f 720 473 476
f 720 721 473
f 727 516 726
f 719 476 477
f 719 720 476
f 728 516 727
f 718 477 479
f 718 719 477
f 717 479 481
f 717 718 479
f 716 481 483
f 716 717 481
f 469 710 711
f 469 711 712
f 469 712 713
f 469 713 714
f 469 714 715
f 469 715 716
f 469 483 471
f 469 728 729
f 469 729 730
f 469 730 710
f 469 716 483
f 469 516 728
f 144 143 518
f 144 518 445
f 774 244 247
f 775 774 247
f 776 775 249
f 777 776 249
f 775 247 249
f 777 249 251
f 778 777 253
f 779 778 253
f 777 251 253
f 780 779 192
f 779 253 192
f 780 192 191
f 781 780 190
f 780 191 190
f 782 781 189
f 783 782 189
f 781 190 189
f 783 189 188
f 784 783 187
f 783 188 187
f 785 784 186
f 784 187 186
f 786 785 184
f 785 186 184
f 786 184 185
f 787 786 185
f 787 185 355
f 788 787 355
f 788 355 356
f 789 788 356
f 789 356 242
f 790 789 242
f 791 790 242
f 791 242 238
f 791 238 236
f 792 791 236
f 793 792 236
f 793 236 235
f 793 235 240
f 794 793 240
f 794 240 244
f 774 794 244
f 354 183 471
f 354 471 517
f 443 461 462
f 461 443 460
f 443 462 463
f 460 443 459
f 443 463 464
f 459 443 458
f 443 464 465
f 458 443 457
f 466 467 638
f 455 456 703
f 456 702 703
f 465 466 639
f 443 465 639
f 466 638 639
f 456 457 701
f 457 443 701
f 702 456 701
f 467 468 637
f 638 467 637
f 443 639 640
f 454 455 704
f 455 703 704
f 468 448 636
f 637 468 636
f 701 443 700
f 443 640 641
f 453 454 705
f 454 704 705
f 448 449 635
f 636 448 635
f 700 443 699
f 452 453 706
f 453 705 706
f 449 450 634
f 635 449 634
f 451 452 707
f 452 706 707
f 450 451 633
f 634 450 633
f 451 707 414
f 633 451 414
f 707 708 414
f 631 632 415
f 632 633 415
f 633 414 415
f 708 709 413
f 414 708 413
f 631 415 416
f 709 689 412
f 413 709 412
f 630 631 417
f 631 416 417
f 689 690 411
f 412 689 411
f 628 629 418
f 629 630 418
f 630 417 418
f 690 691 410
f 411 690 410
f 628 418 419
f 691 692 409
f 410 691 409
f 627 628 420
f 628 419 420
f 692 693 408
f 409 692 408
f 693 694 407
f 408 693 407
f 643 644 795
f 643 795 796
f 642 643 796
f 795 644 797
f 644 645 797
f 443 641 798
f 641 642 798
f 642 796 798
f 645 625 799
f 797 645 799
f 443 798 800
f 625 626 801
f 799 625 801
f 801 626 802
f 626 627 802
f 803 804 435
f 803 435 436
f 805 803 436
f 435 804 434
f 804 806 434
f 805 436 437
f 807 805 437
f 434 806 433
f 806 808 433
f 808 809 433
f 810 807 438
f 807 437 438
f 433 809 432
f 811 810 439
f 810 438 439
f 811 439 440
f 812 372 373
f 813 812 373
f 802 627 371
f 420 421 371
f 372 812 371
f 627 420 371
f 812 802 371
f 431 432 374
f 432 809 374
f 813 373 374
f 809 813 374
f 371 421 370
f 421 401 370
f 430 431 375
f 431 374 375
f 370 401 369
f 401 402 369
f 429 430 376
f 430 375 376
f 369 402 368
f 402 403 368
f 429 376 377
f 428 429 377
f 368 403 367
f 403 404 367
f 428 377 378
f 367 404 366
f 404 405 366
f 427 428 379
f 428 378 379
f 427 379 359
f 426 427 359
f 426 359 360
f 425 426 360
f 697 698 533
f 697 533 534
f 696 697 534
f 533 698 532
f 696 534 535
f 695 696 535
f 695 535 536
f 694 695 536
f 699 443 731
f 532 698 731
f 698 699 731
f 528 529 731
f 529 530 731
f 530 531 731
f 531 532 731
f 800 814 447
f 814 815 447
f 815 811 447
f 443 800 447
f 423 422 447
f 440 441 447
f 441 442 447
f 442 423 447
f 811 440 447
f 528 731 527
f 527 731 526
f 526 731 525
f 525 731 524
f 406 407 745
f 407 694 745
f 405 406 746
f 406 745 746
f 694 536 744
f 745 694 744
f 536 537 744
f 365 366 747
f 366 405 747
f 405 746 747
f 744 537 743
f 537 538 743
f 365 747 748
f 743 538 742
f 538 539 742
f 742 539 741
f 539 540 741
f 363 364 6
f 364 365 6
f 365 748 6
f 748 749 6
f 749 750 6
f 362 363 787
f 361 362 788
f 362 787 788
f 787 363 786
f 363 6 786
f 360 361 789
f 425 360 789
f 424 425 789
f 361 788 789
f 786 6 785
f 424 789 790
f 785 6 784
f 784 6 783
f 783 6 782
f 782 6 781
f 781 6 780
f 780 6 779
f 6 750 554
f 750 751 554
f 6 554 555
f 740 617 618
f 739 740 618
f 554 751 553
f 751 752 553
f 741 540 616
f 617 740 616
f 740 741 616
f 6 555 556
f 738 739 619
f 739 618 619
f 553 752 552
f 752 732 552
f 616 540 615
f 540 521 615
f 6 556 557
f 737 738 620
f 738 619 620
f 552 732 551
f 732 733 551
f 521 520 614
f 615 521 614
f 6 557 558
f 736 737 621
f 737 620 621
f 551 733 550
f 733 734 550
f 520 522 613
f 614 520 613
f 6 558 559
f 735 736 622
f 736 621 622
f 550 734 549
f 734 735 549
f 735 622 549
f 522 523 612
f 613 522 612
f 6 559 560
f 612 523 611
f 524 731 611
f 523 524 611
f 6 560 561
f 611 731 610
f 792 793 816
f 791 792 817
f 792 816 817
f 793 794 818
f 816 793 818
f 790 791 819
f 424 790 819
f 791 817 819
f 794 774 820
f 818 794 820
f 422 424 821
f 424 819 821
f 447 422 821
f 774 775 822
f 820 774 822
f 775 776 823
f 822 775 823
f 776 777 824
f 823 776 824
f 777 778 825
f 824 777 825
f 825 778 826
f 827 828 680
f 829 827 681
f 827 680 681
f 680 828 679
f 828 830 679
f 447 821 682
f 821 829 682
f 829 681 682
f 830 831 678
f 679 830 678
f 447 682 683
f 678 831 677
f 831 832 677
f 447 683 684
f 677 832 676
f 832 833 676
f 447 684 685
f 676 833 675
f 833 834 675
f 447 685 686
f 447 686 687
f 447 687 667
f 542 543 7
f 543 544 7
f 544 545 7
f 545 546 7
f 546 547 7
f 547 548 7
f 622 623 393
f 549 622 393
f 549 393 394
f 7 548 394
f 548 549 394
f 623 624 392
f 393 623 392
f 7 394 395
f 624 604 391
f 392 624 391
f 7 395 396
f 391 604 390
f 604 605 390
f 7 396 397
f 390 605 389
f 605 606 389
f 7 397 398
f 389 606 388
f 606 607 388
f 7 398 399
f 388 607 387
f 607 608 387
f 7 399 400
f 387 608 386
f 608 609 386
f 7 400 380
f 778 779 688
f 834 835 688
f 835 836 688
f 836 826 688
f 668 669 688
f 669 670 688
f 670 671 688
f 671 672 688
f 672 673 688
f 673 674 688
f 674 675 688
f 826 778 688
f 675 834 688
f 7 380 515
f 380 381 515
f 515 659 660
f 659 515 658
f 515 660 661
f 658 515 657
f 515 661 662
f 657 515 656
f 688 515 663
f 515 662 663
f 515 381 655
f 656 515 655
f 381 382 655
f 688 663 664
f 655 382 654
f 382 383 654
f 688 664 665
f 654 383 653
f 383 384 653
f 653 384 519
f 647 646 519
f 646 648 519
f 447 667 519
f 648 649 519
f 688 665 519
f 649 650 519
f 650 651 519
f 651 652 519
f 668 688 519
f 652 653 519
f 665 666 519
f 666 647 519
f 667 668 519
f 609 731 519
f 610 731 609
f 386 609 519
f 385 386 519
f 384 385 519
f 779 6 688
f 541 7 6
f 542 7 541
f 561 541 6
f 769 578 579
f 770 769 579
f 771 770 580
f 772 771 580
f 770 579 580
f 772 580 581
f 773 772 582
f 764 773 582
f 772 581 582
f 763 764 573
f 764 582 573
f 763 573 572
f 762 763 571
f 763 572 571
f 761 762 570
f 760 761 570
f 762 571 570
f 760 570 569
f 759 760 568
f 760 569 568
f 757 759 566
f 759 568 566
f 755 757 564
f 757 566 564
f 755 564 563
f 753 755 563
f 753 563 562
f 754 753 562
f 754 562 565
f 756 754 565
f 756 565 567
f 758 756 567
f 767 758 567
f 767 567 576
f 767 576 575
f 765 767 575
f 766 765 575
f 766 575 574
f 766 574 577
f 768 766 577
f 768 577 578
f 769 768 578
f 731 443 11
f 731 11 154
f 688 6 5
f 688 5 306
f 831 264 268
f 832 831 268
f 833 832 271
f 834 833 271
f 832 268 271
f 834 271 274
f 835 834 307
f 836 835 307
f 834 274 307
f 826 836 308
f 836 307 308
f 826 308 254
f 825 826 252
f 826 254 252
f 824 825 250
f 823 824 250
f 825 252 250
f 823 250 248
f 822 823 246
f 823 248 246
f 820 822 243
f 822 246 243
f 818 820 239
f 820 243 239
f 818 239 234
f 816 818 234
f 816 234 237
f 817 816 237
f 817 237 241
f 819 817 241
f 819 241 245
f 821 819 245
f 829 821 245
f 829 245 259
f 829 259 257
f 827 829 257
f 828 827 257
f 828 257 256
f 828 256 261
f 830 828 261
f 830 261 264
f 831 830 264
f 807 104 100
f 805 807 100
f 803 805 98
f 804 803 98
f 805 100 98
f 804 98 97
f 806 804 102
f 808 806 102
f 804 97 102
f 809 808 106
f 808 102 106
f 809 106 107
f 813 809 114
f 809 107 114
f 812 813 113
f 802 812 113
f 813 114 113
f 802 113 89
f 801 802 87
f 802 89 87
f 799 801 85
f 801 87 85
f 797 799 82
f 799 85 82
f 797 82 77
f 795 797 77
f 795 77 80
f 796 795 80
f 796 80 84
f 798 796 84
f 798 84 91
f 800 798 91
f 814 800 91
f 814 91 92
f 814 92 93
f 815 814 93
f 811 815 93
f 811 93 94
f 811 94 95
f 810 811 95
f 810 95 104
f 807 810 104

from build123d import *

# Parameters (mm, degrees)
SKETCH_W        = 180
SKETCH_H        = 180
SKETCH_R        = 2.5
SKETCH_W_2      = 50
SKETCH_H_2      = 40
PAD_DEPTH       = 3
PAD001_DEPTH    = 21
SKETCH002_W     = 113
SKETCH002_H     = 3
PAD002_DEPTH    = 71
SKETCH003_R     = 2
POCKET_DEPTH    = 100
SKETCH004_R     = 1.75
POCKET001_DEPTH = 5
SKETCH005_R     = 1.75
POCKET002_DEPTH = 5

::::::::

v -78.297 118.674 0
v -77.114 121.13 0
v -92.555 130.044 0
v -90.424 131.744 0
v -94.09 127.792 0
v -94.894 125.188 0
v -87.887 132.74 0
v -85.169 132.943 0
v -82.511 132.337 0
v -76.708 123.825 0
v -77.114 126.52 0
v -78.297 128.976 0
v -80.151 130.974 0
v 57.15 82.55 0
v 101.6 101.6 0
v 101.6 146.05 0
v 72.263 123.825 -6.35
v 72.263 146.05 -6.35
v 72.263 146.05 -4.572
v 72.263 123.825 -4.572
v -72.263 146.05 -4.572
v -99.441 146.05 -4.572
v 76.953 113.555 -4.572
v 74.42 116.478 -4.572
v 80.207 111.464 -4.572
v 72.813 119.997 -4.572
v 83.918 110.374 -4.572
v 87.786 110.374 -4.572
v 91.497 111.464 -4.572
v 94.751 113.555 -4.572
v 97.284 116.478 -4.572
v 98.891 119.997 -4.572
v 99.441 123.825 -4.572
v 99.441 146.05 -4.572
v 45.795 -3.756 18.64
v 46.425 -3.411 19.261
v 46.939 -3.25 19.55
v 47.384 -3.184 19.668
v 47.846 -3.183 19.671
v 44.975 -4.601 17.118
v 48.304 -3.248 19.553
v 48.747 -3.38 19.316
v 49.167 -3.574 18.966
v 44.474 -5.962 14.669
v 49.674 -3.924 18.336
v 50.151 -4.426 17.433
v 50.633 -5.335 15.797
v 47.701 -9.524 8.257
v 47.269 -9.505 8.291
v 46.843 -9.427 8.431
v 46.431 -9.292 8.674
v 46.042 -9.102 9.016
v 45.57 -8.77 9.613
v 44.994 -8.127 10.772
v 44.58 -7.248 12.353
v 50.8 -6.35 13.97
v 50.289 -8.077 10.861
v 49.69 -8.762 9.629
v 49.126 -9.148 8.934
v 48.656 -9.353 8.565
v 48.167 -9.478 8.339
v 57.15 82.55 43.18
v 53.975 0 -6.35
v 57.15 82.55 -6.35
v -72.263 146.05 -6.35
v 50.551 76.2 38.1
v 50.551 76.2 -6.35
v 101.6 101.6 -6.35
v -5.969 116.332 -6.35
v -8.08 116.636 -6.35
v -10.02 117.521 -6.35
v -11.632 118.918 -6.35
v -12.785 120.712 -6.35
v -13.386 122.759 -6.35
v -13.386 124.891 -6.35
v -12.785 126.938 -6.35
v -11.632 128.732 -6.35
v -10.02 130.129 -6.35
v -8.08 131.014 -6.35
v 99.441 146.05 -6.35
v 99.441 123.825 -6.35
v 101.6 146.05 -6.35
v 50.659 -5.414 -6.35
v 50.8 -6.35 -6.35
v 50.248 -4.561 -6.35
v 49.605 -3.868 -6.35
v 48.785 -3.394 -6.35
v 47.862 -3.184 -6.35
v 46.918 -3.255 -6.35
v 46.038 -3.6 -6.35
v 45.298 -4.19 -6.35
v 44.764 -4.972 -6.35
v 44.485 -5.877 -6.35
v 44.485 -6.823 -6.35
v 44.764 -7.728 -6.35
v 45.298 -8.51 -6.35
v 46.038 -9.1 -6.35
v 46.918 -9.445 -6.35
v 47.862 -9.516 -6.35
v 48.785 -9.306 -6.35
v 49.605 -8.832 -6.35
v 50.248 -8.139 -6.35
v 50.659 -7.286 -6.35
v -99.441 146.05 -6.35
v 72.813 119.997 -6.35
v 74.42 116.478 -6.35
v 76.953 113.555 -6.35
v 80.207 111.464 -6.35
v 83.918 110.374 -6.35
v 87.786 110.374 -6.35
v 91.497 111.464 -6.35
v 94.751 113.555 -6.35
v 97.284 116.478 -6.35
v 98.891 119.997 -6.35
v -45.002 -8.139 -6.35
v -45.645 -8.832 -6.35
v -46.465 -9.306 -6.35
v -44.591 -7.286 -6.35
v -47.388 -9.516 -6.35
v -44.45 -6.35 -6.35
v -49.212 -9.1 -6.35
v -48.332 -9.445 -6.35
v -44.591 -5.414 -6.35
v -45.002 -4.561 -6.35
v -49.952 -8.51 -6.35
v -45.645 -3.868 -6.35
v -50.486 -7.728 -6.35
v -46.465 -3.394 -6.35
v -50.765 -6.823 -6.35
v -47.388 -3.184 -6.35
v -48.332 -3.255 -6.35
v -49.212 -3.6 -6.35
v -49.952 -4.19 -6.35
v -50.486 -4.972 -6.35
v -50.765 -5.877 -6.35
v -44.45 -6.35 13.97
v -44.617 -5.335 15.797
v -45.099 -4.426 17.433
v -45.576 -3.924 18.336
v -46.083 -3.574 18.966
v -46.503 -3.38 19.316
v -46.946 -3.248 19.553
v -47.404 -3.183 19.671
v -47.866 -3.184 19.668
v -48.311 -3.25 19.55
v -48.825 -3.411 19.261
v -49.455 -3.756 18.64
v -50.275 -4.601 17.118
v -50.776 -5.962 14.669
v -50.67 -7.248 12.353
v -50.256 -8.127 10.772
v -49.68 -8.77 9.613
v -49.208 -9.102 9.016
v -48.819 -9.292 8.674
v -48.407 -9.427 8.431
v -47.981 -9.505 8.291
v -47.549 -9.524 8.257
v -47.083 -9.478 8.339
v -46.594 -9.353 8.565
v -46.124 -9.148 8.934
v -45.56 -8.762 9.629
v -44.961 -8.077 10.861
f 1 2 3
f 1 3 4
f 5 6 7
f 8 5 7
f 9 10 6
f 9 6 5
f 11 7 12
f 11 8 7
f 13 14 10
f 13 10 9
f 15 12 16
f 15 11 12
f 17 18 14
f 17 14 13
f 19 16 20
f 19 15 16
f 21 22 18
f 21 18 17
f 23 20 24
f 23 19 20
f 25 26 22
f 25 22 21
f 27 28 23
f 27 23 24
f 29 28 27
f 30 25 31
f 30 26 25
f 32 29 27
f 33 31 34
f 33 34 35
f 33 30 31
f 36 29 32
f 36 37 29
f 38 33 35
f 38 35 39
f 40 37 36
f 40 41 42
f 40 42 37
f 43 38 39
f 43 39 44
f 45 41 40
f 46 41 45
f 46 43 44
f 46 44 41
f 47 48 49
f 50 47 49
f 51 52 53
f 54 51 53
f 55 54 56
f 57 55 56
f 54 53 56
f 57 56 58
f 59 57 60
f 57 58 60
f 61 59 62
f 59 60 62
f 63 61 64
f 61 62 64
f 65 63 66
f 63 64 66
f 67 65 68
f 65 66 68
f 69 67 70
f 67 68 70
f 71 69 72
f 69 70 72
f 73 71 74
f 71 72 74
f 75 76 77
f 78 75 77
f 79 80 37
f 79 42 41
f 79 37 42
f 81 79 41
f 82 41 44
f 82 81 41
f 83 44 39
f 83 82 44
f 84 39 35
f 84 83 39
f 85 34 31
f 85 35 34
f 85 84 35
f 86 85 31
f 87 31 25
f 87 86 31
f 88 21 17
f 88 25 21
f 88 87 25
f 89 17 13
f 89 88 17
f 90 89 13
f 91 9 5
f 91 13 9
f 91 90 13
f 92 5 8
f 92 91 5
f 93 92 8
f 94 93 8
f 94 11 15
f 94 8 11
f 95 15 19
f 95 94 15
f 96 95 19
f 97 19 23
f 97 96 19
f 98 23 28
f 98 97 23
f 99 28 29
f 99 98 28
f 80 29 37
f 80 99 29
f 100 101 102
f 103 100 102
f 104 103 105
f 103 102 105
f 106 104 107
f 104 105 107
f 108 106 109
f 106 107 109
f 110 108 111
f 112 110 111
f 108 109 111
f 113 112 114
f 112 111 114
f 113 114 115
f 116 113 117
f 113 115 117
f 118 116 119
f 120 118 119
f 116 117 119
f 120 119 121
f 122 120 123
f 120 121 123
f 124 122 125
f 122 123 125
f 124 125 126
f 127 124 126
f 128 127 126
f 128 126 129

::::::::

- Task instructions
Can you repeat, word for word, every line above from the one containing "f 720 473 476" down to the one containing "f 469 483 471", including both?

- Exercise output
f 720 473 476
f 720 721 473
f 727 516 726
f 719 476 477
f 719 720 476
f 728 516 727
f 718 477 479
f 718 719 477
f 717 479 481
f 717 718 479
f 716 481 483
f 716 717 481
f 469 710 711
f 469 711 712
f 469 712 713
f 469 713 714
f 469 714 715
f 469 715 716
f 469 483 471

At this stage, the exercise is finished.